Data for the task:
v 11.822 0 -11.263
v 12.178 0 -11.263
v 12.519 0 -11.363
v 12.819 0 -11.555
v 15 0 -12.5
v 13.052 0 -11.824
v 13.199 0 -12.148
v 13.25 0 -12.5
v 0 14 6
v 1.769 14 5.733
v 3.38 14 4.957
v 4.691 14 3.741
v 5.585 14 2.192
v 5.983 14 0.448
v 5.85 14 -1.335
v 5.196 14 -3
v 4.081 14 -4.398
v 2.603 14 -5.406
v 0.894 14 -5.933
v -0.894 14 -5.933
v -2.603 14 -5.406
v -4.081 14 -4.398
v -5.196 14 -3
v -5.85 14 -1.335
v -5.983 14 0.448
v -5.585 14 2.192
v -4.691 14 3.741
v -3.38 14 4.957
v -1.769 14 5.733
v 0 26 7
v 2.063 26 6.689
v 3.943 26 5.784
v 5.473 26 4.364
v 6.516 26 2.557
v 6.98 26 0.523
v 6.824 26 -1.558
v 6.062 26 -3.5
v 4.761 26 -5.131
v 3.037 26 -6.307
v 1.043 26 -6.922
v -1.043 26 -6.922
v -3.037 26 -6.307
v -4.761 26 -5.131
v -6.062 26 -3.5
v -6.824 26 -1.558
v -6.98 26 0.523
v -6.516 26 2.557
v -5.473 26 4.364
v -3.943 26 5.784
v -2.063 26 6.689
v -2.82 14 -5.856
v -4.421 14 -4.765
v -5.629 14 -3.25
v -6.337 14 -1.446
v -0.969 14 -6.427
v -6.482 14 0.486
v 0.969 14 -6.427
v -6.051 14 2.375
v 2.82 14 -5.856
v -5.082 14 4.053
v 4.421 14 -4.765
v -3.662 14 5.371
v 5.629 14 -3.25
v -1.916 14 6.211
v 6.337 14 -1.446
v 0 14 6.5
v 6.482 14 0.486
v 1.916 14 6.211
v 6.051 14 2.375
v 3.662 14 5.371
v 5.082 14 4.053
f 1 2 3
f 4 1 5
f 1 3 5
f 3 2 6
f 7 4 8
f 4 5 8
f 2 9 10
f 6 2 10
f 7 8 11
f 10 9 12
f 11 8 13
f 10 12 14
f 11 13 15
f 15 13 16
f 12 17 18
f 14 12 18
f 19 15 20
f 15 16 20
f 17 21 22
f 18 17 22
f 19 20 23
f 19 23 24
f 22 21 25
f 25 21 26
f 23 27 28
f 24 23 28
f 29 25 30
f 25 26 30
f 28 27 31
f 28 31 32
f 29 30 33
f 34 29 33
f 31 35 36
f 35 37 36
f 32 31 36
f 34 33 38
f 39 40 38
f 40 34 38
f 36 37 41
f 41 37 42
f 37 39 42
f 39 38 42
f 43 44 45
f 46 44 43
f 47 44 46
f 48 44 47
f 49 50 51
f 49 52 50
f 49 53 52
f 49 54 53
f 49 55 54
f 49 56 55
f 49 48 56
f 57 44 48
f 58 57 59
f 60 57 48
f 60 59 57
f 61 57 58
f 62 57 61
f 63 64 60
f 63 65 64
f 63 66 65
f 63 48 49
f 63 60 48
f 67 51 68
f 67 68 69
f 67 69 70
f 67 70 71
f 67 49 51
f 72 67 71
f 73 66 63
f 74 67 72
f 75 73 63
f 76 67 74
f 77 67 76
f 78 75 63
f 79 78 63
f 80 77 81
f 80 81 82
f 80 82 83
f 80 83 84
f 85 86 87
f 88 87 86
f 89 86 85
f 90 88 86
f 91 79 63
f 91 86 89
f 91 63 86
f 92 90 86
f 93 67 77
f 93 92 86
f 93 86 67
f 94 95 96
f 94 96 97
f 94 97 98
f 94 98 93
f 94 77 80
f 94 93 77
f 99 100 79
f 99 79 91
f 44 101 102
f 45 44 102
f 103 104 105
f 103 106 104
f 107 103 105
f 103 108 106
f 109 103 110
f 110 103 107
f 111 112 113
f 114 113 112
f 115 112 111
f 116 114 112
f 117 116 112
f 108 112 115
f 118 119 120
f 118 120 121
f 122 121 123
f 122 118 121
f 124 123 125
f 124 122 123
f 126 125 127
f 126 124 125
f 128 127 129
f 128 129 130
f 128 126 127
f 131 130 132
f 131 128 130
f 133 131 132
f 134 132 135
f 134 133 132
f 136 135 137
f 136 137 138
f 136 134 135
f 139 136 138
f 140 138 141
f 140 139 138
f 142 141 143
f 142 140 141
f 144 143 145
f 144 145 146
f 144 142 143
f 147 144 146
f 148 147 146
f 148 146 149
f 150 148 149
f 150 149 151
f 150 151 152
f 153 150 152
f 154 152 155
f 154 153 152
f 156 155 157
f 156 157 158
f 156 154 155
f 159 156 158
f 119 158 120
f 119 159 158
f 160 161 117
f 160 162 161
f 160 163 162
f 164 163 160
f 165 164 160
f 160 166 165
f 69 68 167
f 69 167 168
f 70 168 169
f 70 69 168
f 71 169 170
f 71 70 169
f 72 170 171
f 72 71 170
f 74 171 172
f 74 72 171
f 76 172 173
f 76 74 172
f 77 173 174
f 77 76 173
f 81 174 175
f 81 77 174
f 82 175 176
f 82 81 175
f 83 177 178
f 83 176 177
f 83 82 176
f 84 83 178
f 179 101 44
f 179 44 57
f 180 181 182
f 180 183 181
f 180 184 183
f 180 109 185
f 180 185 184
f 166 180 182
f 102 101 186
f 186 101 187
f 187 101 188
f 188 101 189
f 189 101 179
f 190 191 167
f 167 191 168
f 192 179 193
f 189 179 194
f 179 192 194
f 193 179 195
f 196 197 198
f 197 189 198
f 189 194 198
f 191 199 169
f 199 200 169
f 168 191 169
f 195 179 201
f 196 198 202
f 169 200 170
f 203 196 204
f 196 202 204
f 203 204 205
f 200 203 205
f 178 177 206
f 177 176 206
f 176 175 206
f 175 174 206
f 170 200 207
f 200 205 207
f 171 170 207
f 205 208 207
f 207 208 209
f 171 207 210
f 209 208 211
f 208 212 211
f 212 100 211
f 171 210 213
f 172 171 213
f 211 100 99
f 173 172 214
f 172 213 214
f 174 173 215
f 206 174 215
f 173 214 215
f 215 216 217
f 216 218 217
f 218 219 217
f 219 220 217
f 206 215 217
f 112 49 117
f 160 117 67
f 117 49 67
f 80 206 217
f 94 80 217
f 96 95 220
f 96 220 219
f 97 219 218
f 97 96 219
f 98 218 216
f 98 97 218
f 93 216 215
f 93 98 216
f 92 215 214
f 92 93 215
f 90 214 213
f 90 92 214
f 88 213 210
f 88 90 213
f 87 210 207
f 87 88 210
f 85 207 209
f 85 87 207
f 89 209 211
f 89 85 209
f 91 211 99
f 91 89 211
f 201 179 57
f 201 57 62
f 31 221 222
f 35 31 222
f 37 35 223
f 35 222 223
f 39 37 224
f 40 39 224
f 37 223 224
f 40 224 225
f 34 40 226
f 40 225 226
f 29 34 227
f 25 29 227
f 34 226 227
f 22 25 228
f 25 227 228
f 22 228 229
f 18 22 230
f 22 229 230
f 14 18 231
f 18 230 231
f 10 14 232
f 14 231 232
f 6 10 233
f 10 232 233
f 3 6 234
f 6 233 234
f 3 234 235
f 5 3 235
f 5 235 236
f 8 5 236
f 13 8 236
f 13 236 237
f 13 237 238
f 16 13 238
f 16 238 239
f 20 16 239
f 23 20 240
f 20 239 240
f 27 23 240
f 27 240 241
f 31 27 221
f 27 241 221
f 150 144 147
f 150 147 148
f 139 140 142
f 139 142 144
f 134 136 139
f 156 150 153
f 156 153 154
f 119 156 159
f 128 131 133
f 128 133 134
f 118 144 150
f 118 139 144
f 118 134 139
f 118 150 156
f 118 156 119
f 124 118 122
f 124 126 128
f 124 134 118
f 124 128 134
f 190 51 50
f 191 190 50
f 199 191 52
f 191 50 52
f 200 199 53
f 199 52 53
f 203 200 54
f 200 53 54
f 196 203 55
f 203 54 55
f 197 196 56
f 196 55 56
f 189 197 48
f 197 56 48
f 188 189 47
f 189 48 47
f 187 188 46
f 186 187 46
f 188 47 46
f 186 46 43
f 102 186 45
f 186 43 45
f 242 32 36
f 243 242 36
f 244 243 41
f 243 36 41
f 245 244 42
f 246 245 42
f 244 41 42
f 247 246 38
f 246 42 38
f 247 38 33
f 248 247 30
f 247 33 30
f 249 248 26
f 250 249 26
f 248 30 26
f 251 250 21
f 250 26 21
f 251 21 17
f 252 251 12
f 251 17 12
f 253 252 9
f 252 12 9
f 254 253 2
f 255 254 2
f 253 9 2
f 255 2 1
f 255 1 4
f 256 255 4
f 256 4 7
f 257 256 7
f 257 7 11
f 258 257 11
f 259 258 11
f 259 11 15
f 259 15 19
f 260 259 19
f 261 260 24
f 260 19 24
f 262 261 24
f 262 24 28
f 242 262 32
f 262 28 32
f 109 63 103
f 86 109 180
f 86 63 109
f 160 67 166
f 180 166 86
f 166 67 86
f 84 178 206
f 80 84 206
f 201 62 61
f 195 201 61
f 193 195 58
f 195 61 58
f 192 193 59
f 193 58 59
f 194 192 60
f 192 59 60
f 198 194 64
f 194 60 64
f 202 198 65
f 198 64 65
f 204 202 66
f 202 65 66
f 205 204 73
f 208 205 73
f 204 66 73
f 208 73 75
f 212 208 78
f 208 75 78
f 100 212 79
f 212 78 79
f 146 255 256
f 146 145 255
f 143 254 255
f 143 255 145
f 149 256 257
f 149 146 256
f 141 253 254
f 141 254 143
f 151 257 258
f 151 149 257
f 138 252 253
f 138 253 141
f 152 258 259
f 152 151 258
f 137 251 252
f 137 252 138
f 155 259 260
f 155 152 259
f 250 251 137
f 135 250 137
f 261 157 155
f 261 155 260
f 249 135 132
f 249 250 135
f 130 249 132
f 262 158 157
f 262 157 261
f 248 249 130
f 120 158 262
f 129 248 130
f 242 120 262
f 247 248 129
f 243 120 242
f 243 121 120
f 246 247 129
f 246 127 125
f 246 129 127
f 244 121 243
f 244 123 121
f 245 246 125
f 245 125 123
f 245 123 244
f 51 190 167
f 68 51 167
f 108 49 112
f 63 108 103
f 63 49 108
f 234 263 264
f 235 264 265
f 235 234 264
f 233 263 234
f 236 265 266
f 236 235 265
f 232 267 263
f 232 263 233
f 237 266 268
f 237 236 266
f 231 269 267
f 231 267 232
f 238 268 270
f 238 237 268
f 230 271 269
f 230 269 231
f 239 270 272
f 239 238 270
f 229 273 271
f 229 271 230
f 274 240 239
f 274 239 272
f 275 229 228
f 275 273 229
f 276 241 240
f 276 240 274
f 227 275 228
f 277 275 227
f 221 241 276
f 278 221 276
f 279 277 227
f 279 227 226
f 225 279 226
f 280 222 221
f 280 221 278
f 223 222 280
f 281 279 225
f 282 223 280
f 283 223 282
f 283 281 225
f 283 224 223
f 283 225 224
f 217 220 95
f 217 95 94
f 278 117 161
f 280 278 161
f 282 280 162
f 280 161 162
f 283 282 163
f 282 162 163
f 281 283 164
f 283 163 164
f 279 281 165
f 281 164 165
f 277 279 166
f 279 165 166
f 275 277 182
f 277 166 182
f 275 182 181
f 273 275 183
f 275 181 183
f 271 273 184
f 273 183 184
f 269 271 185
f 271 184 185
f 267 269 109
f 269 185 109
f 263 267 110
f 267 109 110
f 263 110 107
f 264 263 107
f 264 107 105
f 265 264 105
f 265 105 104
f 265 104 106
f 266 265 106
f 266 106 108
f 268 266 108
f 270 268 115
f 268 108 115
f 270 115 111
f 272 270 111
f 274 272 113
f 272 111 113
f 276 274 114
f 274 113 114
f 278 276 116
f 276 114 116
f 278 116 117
...
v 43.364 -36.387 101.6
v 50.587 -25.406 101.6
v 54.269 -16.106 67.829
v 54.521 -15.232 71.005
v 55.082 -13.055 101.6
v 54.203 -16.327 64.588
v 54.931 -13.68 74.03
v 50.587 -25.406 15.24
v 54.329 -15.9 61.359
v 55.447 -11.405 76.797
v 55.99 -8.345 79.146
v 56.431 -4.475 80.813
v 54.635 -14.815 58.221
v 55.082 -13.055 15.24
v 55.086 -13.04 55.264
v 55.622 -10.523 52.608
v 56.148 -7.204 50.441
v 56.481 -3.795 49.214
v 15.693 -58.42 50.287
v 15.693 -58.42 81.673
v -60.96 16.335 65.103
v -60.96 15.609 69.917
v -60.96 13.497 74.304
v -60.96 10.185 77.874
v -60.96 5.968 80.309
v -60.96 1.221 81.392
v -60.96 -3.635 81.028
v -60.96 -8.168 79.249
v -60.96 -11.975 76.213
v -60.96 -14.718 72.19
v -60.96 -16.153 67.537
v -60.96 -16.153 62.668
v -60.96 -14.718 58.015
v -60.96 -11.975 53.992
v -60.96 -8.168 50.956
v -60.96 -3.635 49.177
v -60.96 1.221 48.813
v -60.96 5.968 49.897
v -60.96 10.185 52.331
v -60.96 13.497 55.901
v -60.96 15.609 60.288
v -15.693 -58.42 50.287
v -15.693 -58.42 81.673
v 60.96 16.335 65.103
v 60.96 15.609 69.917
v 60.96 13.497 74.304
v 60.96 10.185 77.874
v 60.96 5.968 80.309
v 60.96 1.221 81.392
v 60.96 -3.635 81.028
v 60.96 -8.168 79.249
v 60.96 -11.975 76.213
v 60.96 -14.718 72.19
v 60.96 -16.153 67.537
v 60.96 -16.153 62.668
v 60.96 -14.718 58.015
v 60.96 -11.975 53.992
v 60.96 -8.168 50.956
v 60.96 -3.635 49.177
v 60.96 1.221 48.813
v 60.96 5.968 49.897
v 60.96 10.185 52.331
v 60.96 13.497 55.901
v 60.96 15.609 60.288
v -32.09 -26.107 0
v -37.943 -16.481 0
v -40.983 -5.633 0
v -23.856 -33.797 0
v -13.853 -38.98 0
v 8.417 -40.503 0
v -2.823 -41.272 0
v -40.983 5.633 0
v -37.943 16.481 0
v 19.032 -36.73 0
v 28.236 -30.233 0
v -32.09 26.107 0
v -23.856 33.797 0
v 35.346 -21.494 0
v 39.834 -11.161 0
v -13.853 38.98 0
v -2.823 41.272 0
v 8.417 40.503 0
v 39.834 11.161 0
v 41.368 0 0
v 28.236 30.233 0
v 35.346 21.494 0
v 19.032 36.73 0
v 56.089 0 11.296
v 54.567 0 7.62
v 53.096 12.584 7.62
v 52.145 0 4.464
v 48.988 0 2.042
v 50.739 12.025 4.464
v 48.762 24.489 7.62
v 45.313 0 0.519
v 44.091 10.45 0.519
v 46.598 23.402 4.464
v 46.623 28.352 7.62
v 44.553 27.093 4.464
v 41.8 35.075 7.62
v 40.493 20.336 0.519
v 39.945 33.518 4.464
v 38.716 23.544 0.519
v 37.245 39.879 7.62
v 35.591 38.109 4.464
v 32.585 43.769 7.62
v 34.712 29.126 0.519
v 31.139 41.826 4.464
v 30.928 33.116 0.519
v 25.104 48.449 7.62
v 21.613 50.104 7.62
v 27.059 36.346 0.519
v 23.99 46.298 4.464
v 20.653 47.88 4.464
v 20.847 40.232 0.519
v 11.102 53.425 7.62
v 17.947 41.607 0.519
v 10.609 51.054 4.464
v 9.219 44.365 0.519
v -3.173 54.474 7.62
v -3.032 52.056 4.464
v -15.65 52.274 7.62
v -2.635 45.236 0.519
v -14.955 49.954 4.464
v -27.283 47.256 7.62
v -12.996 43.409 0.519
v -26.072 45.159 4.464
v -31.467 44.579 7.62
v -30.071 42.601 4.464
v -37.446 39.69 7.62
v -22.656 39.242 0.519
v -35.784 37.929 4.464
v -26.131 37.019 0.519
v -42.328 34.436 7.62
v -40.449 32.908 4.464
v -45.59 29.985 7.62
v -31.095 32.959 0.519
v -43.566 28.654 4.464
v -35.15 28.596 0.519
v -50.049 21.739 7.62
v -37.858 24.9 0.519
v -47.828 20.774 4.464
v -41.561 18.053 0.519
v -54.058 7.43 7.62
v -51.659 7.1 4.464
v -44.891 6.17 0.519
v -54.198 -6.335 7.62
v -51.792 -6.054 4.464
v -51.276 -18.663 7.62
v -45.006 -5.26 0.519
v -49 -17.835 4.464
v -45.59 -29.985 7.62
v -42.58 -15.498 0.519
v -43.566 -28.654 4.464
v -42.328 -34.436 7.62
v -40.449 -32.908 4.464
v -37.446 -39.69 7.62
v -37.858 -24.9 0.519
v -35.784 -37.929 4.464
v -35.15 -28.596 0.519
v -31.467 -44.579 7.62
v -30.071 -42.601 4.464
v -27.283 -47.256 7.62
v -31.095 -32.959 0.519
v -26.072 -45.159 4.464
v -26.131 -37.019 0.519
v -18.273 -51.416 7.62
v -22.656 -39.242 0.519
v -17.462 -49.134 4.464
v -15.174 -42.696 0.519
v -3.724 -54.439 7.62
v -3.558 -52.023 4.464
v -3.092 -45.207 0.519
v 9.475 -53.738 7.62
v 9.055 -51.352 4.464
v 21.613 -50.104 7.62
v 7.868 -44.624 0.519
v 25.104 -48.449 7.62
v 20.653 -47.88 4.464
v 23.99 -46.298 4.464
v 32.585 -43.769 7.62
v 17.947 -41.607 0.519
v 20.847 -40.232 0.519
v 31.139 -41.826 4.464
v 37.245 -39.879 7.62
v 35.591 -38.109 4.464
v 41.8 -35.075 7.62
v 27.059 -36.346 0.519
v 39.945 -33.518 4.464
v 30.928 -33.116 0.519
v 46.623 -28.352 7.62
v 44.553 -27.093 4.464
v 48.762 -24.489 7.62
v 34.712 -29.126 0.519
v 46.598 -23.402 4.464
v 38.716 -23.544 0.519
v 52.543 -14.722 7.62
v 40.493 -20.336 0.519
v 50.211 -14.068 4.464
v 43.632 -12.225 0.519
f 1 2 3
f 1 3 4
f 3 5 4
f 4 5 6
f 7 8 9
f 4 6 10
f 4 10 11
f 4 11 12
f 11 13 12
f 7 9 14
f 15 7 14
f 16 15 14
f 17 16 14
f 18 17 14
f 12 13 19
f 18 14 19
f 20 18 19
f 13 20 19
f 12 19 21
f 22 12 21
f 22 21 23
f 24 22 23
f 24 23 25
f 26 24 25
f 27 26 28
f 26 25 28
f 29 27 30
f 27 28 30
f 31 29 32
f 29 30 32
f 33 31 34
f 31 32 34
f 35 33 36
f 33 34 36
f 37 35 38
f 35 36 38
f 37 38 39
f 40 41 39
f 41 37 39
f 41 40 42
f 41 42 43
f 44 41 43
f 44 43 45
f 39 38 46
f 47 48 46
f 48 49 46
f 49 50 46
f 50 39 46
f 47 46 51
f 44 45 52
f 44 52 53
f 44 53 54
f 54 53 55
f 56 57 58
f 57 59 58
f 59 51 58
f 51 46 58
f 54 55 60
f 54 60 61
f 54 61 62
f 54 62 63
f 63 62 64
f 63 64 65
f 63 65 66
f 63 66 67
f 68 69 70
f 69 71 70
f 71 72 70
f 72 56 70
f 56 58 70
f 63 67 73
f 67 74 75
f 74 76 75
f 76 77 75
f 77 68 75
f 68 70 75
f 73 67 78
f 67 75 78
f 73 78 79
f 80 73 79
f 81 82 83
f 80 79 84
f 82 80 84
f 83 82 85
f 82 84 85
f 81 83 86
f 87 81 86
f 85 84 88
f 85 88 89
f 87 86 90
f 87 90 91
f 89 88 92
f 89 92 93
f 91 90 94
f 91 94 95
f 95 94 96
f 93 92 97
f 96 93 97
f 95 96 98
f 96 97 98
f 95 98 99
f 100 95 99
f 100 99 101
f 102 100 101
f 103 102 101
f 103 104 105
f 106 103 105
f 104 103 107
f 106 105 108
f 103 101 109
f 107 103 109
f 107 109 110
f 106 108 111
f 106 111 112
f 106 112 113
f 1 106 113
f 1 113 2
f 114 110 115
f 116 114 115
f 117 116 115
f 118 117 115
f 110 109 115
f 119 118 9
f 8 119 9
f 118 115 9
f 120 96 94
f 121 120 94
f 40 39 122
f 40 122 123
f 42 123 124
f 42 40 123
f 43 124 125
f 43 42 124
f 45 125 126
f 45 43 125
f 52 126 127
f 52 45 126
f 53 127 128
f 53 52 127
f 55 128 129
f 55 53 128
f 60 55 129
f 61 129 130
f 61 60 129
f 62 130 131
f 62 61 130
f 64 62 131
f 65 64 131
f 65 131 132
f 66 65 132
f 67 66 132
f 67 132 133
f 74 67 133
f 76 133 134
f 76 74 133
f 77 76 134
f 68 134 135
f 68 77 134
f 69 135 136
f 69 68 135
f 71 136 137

Task requirements: Reproduce exactly, and with no other material, the lines between those holding "f 138 253 141" and "f 278 116 117", inclusive.

Solution:
f 138 253 141
f 152 258 259
f 152 151 258
f 137 251 252
f 137 252 138
f 155 259 260
f 155 152 259
f 250 251 137
f 135 250 137
f 261 157 155
f 261 155 260
f 249 135 132
f 249 250 135
f 130 249 132
f 262 158 157
f 262 157 261
f 248 249 130
f 120 158 262
f 129 248 130
f 242 120 262
f 247 248 129
f 243 120 242
f 243 121 120
f 246 247 129
f 246 127 125
f 246 129 127
f 244 121 243
f 244 123 121
f 245 246 125
f 245 125 123
f 245 123 244
f 51 190 167
f 68 51 167
f 108 49 112
f 63 108 103
f 63 49 108
f 234 263 264
f 235 264 265
f 235 234 264
f 233 263 234
f 236 265 266
f 236 235 265
f 232 267 263
f 232 263 233
f 237 266 268
f 237 236 266
f 231 269 267
f 231 267 232
f 238 268 270
f 238 237 268
f 230 271 269
f 230 269 231
f 239 270 272
f 239 238 270
f 229 273 271
f 229 271 230
f 274 240 239
f 274 239 272
f 275 229 228
f 275 273 229
f 276 241 240
f 276 240 274
f 227 275 228
f 277 275 227
f 221 241 276
f 278 221 276
f 279 277 227
f 279 227 226
f 225 279 226
f 280 222 221
f 280 221 278
f 223 222 280
f 281 279 225
f 282 223 280
f 283 223 282
f 283 281 225
f 283 224 223
f 283 225 224
f 217 220 95
f 217 95 94
f 278 117 161
f 280 278 161
f 282 280 162
f 280 161 162
f 283 282 163
f 282 162 163
f 281 283 164
f 283 163 164
f 279 281 165
f 281 164 165
f 277 279 166
f 279 165 166
f 275 277 182
f 277 166 182
f 275 182 181
f 273 275 183
f 275 181 183
f 271 273 184
f 273 183 184
f 269 271 185
f 271 184 185
f 267 269 109
f 269 185 109
f 263 267 110
f 267 109 110
f 263 110 107
f 264 263 107
f 264 107 105
f 265 264 105
f 265 105 104
f 265 104 106
f 266 265 106
f 266 106 108
f 268 266 108
f 270 268 115
f 268 108 115
f 270 115 111
f 272 270 111
f 274 272 113
f 272 111 113
f 276 274 114
f 274 113 114
f 278 276 116
f 276 114 116
f 278 116 117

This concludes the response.